=== Supplied records ===
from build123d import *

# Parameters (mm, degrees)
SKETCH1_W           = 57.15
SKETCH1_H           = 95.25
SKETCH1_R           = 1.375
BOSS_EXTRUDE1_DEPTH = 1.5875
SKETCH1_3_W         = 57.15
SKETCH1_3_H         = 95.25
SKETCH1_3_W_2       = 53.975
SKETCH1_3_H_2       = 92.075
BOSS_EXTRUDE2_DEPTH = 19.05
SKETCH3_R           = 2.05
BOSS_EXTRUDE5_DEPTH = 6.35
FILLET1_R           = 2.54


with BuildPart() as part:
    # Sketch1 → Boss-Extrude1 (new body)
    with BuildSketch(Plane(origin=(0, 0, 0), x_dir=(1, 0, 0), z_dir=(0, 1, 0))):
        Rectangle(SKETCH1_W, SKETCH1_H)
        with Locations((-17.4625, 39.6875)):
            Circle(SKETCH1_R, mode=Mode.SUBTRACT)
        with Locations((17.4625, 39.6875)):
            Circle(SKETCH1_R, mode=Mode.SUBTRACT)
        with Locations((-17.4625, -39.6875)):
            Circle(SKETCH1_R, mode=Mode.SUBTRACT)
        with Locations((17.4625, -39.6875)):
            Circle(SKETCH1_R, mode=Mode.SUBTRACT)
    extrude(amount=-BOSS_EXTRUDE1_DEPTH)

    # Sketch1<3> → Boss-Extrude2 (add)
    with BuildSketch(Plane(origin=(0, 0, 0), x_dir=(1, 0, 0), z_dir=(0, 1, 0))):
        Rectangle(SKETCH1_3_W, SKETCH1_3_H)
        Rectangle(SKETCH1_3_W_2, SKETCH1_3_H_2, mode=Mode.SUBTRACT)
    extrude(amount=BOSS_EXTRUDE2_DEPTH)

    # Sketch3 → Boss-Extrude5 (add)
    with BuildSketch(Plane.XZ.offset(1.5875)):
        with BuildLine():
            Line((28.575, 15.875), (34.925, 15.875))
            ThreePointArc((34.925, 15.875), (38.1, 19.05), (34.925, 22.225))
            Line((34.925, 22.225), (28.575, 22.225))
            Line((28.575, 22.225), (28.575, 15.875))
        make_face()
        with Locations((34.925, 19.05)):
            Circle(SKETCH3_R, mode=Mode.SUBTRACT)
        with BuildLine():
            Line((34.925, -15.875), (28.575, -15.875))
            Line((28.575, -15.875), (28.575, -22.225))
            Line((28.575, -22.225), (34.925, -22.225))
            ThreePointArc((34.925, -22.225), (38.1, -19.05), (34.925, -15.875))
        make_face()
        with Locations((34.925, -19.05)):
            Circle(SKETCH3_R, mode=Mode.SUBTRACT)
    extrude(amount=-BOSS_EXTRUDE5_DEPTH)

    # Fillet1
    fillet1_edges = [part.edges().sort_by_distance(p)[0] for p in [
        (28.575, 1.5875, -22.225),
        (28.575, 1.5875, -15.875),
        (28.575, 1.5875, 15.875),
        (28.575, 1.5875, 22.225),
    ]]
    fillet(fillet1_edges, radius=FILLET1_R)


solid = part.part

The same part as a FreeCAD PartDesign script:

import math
import FreeCAD as App
import Part
import Sketcher
Q = App.Units.Quantity


def edges_at(feature, points):
    """Names of the edges that pass closest to the given points."""
    edges = feature.Shape.Edges
    near = lambda p: min(range(len(edges)), key=lambda i: edges[i].distToShape(Part.Vertex(*p))[0])
    return sorted({f"Edge{near(p) + 1}" for p in points})

doc = App.newDocument("Part")
body = doc.addObject("PartDesign::Body", "Body")

# Sketch on XZ plane
sketch1 = body.newObject("Sketcher::SketchObject", "Sketch")
sketch1.AttachmentSupport = (doc.getObject("XZ_Plane"), [""])
sketch1.MapMode = "FlatFace"
sketch1.addGeometry([
    Part.LineSegment(App.Vector(-28.575, -47.625, 0), App.Vector(-28.575, 47.625, 0)),  # 0
    Part.LineSegment(App.Vector(-28.575, 47.625, 0), App.Vector(28.575, 47.625, 0)),  # 1
    Part.LineSegment(App.Vector(28.575, 47.625, 0), App.Vector(28.575, -47.625, 0)),  # 2
    Part.LineSegment(App.Vector(28.575, -47.625, 0), App.Vector(-28.575, -47.625, 0)),  # 3
    Part.Circle(App.Vector(-17.4625, 39.6875, 0), App.Vector(0, 0, 1), 1.375),  # 4
    Part.Circle(App.Vector(17.4625, 39.6875, 0), App.Vector(0, 0, 1), 1.375),  # 5
    Part.Circle(App.Vector(-17.4625, -39.6875, 0), App.Vector(0, 0, 1), 1.375),  # 6
    Part.Circle(App.Vector(17.4625, -39.6875, 0), App.Vector(0, 0, 1), 1.375),  # 7
], False)
sketch1.addConstraint([
    Sketcher.Constraint("Coincident", 0, 2, 1, 1),
    Sketcher.Constraint("Coincident", 1, 2, 2, 1),
    Sketcher.Constraint("Coincident", 2, 2, 3, 1),
    Sketcher.Constraint("Coincident", 3, 2, 0, 1),
    Sketcher.Constraint("Vertical", 0),
    Sketcher.Constraint("Horizontal", 1),
    Sketcher.Constraint("Vertical", 2),
    Sketcher.Constraint("Horizontal", 3),
    Sketcher.Constraint("Equal", 4, 5),
    Sketcher.Constraint("Equal", 5, 6),
    Sketcher.Constraint("Equal", 6, 7),
    Sketcher.Constraint("Symmetric", 5, 3, 6, 3, -1, 1),
    Sketcher.Constraint("Symmetric", 4, 3, 7, 3, -1, 1),
    Sketcher.Constraint("Symmetric", 0, 2, 2, 2, -1, 1),
    Sketcher.Constraint("Symmetric", 4, 3, 5, 3, -2),
    Sketcher.Constraint("DistanceX", 1, 1, 1, 2, Q("2.25 in")),
    Sketcher.Constraint("DistanceY", 0, 1, 0, 2, Q("3.75 in")),
    Sketcher.Constraint("Diameter", 4, 2.75),
    Sketcher.Constraint("DistanceX", 4, 3, -1, 1, Q("0.6875 in")),
    Sketcher.Constraint("DistanceY", -1, 1, 4, 3, Q("1.5625 in")),
])
pad1 = body.newObject("PartDesign::Pad", "Pad")
pad1.Profile = sketch1
pad1.Length = Q("0.0625 in")

# Sketch on XZ plane
sketch2 = body.newObject("Sketcher::SketchObject", "Sketch001")
sketch2.AttachmentSupport = (doc.getObject("XZ_Plane"), [""])
sketch2.MapMode = "FlatFace"
sketch2.addGeometry([
    Part.LineSegment(App.Vector(-28.575, -47.625, 0), App.Vector(-28.575, 47.625, 0)),  # 0
    Part.LineSegment(App.Vector(-28.575, 47.625, 0), App.Vector(28.575, 47.625, 0)),  # 1
    Part.LineSegment(App.Vector(28.575, 47.625, 0), App.Vector(28.575, -47.625, 0)),  # 2
    Part.LineSegment(App.Vector(28.575, -47.625, 0), App.Vector(-28.575, -47.625, 0)),  # 3
    Part.LineSegment(App.Vector(26.9875, 46.0375, 0), App.Vector(-26.9875, 46.0375, 0)),  # 4
    Part.LineSegment(App.Vector(-26.9875, 46.0375, 0), App.Vector(-26.9875, -46.0375, 0)),  # 5
    Part.LineSegment(App.Vector(-26.9875, -46.0375, 0), App.Vector(26.9875, -46.0375, 0)),  # 6
    Part.LineSegment(App.Vector(26.9875, -46.0375, 0), App.Vector(26.9875, 46.0375, 0)),  # 7
], False)
sketch2.addConstraint([
    Sketcher.Constraint("Coincident", 0, 2, 1, 1),
    Sketcher.Constraint("Coincident", 1, 2, 2, 1),
    Sketcher.Constraint("Coincident", 2, 2, 3, 1),
    Sketcher.Constraint("Coincident", 3, 2, 0, 1),
    Sketcher.Constraint("Coincident", 4, 2, 5, 1),
    Sketcher.Constraint("Coincident", 5, 2, 6, 1),
    Sketcher.Constraint("Coincident", 6, 2, 7, 1),
    Sketcher.Constraint("Coincident", 7, 2, 4, 1),
    Sketcher.Constraint("Vertical", 0),
    Sketcher.Constraint("Horizontal", 1),
    Sketcher.Constraint("Vertical", 2),
    Sketcher.Constraint("Horizontal", 3),
    Sketcher.Constraint("Horizontal", 4),
    Sketcher.Constraint("Vertical", 5),
    Sketcher.Constraint("Horizontal", 6),
    Sketcher.Constraint("Vertical", 7),
    Sketcher.Constraint("Symmetric", 0, 2, 2, 2, -1, 1),
    Sketcher.Constraint("Symmetric", 4, 2, 6, 2, -1, 1),
    Sketcher.Constraint("DistanceX", 1, 1, 1, 2, Q("2.25 in")),
    Sketcher.Constraint("DistanceY", 0, 1, 0, 2, Q("3.75 in")),
    Sketcher.Constraint("DistanceX", 4, 2, 4, 1, Q("2.125 in")),
    Sketcher.Constraint("DistanceY", 5, 2, 5, 1, Q("3.625 in")),
])
pad2 = body.newObject("PartDesign::Pad", "Pad001")
pad2.Profile = sketch2
pad2.Length = Q("0.75 in")
pad2.Reversed = True

# Sketch on XZ plane
sketch3 = body.newObject("Sketcher::SketchObject", "Sketch002")
sketch3.AttachmentSupport = (doc.getObject("XZ_Plane"), [""])
sketch3.MapMode = "FlatFace"
sketch3.AttachmentOffset = App.Placement(App.Vector(0, 0, 0.0625 * 25.4), App.Rotation())
sketch3.addGeometry([
    Part.LineSegment(App.Vector(28.575, 15.875, 0), App.Vector(34.925, 15.875, 0)),  # 0
    Part.ArcOfCircle(Part.Circle(App.Vector(34.925, 19.05, 0), App.Vector(0, 0, 1), 3.175), math.radians(-90), math.radians(90)),  # 1
    Part.LineSegment(App.Vector(34.925, 22.225, 0), App.Vector(28.575, 22.225, 0)),  # 2
    Part.LineSegment(App.Vector(28.575, 22.225, 0), App.Vector(28.575, 15.875, 0)),  # 3
    Part.Circle(App.Vector(34.925, 19.05, 0), App.Vector(0, 0, 1), 2.05),  # 4
    Part.LineSegment(App.Vector(34.925, -15.875, 0), App.Vector(28.575, -15.875, 0)),  # 5
    Part.LineSegment(App.Vector(28.575, -15.875, 0), App.Vector(28.575, -22.225, 0)),  # 6
    Part.LineSegment(App.Vector(28.575, -22.225, 0), App.Vector(34.925, -22.225, 0)),  # 7
    Part.ArcOfCircle(Part.Circle(App.Vector(34.925, -19.05, 0), App.Vector(0, 0, 1), 3.175), math.radians(-90), math.radians(90)),  # 8
    Part.Circle(App.Vector(34.925, -19.05, 0), App.Vector(0, 0, 1), 2.05),  # 9
], False)
sketch3.addConstraint([
    Sketcher.Constraint("Tangent", 0, 2, 1, 1),
    Sketcher.Constraint("Tangent", 1, 2, 2, 1),
    Sketcher.Constraint("Coincident", 2, 2, 3, 1),
    Sketcher.Constraint("Coincident", 3, 2, 0, 1),
    Sketcher.Constraint("Coincident", 5, 2, 6, 1),
    Sketcher.Constraint("Coincident", 6, 2, 7, 1),
    Sketcher.Constraint("Tangent", 7, 2, 8, 1),
    Sketcher.Constraint("Tangent", 8, 2, 5, 1),
    Sketcher.Constraint("Horizontal", 0),
    Sketcher.Constraint("Horizontal", 2),
    Sketcher.Constraint("Vertical", 3),
    Sketcher.Constraint("Horizontal", 5),
    Sketcher.Constraint("Vertical", 6),
    Sketcher.Constraint("Horizontal", 7),
    Sketcher.Constraint("Coincident", 4, 3, 1, 3),
    Sketcher.Constraint("Coincident", 9, 3, 8, 3),
    Sketcher.Constraint("Equal", 1, 8),
    Sketcher.Constraint("Equal", 4, 9),
    Sketcher.Constraint("Symmetric", 1, 3, 8, 3, -1),
    Sketcher.Constraint("Vertical", 3, 2, 5, 2),
    Sketcher.Constraint("Equal", 7, 3),
    Sketcher.Constraint("Radius", 1, Q("0.125 in")),
    Sketcher.Constraint("DistanceY", 8, 3, 1, 3, Q("1.5 in")),
    Sketcher.Constraint("Diameter", 4, 4.1),
    Sketcher.Constraint("DistanceX", -1, 1, 1, 3, Q("1.375 in")),
])
pad3 = body.newObject("PartDesign::Pad", "Pad002")
pad3.Profile = sketch3
pad3.Length = Q("0.25 in")
pad3.Reversed = True
doc.recompute()

fillet = body.newObject("PartDesign::Fillet", "Fillet")
fillet.Base = (pad3, edges_at(pad3, [
    (28.575, 1.587, -22.225),
    (28.575, 1.587, -15.875),
    (28.575, 1.587, 15.875),
    (28.575, 1.587, 22.225),
]))
fillet.Radius = Q("0.1 in")

doc.recompute()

=== Work instructions ===
Of the entries above, repeat exactly the lines from the line with "ThreePointArc((34.925, 15.875), (38.1, 19.05), (34.925, 22.225))" through the line with "The same part", both of them included.

=== Output ===
            ThreePointArc((34.925, 15.875), (38.1, 19.05), (34.925, 22.225))
            Line((34.925, 22.225), (28.575, 22.225))
            Line((28.575, 22.225), (28.575, 15.875))
        make_face()
        with Locations((34.925, 19.05)):
            Circle(SKETCH3_R, mode=Mode.SUBTRACT)
        with BuildLine():
            Line((34.925, -15.875), (28.575, -15.875))
            Line((28.575, -15.875), (28.575, -22.225))
            Line((28.575, -22.225), (34.925, -22.225))
            ThreePointArc((34.925, -22.225), (38.1, -19.05), (34.925, -15.875))
        make_face()
        with Locations((34.925, -19.05)):
            Circle(SKETCH3_R, mode=Mode.SUBTRACT)
    extrude(amount=-BOSS_EXTRUDE5_DEPTH)

    # Fillet1
    fillet1_edges = [part.edges().sort_by_distance(p)[0] for p in [
        (28.575, 1.5875, -22.225),
        (28.575, 1.5875, -15.875),
        (28.575, 1.5875, 15.875),
        (28.575, 1.5875, 22.225),
    ]]
    fillet(fillet1_edges, radius=FILLET1_R)


solid = part.part

The same part as a FreeCAD PartDesign script:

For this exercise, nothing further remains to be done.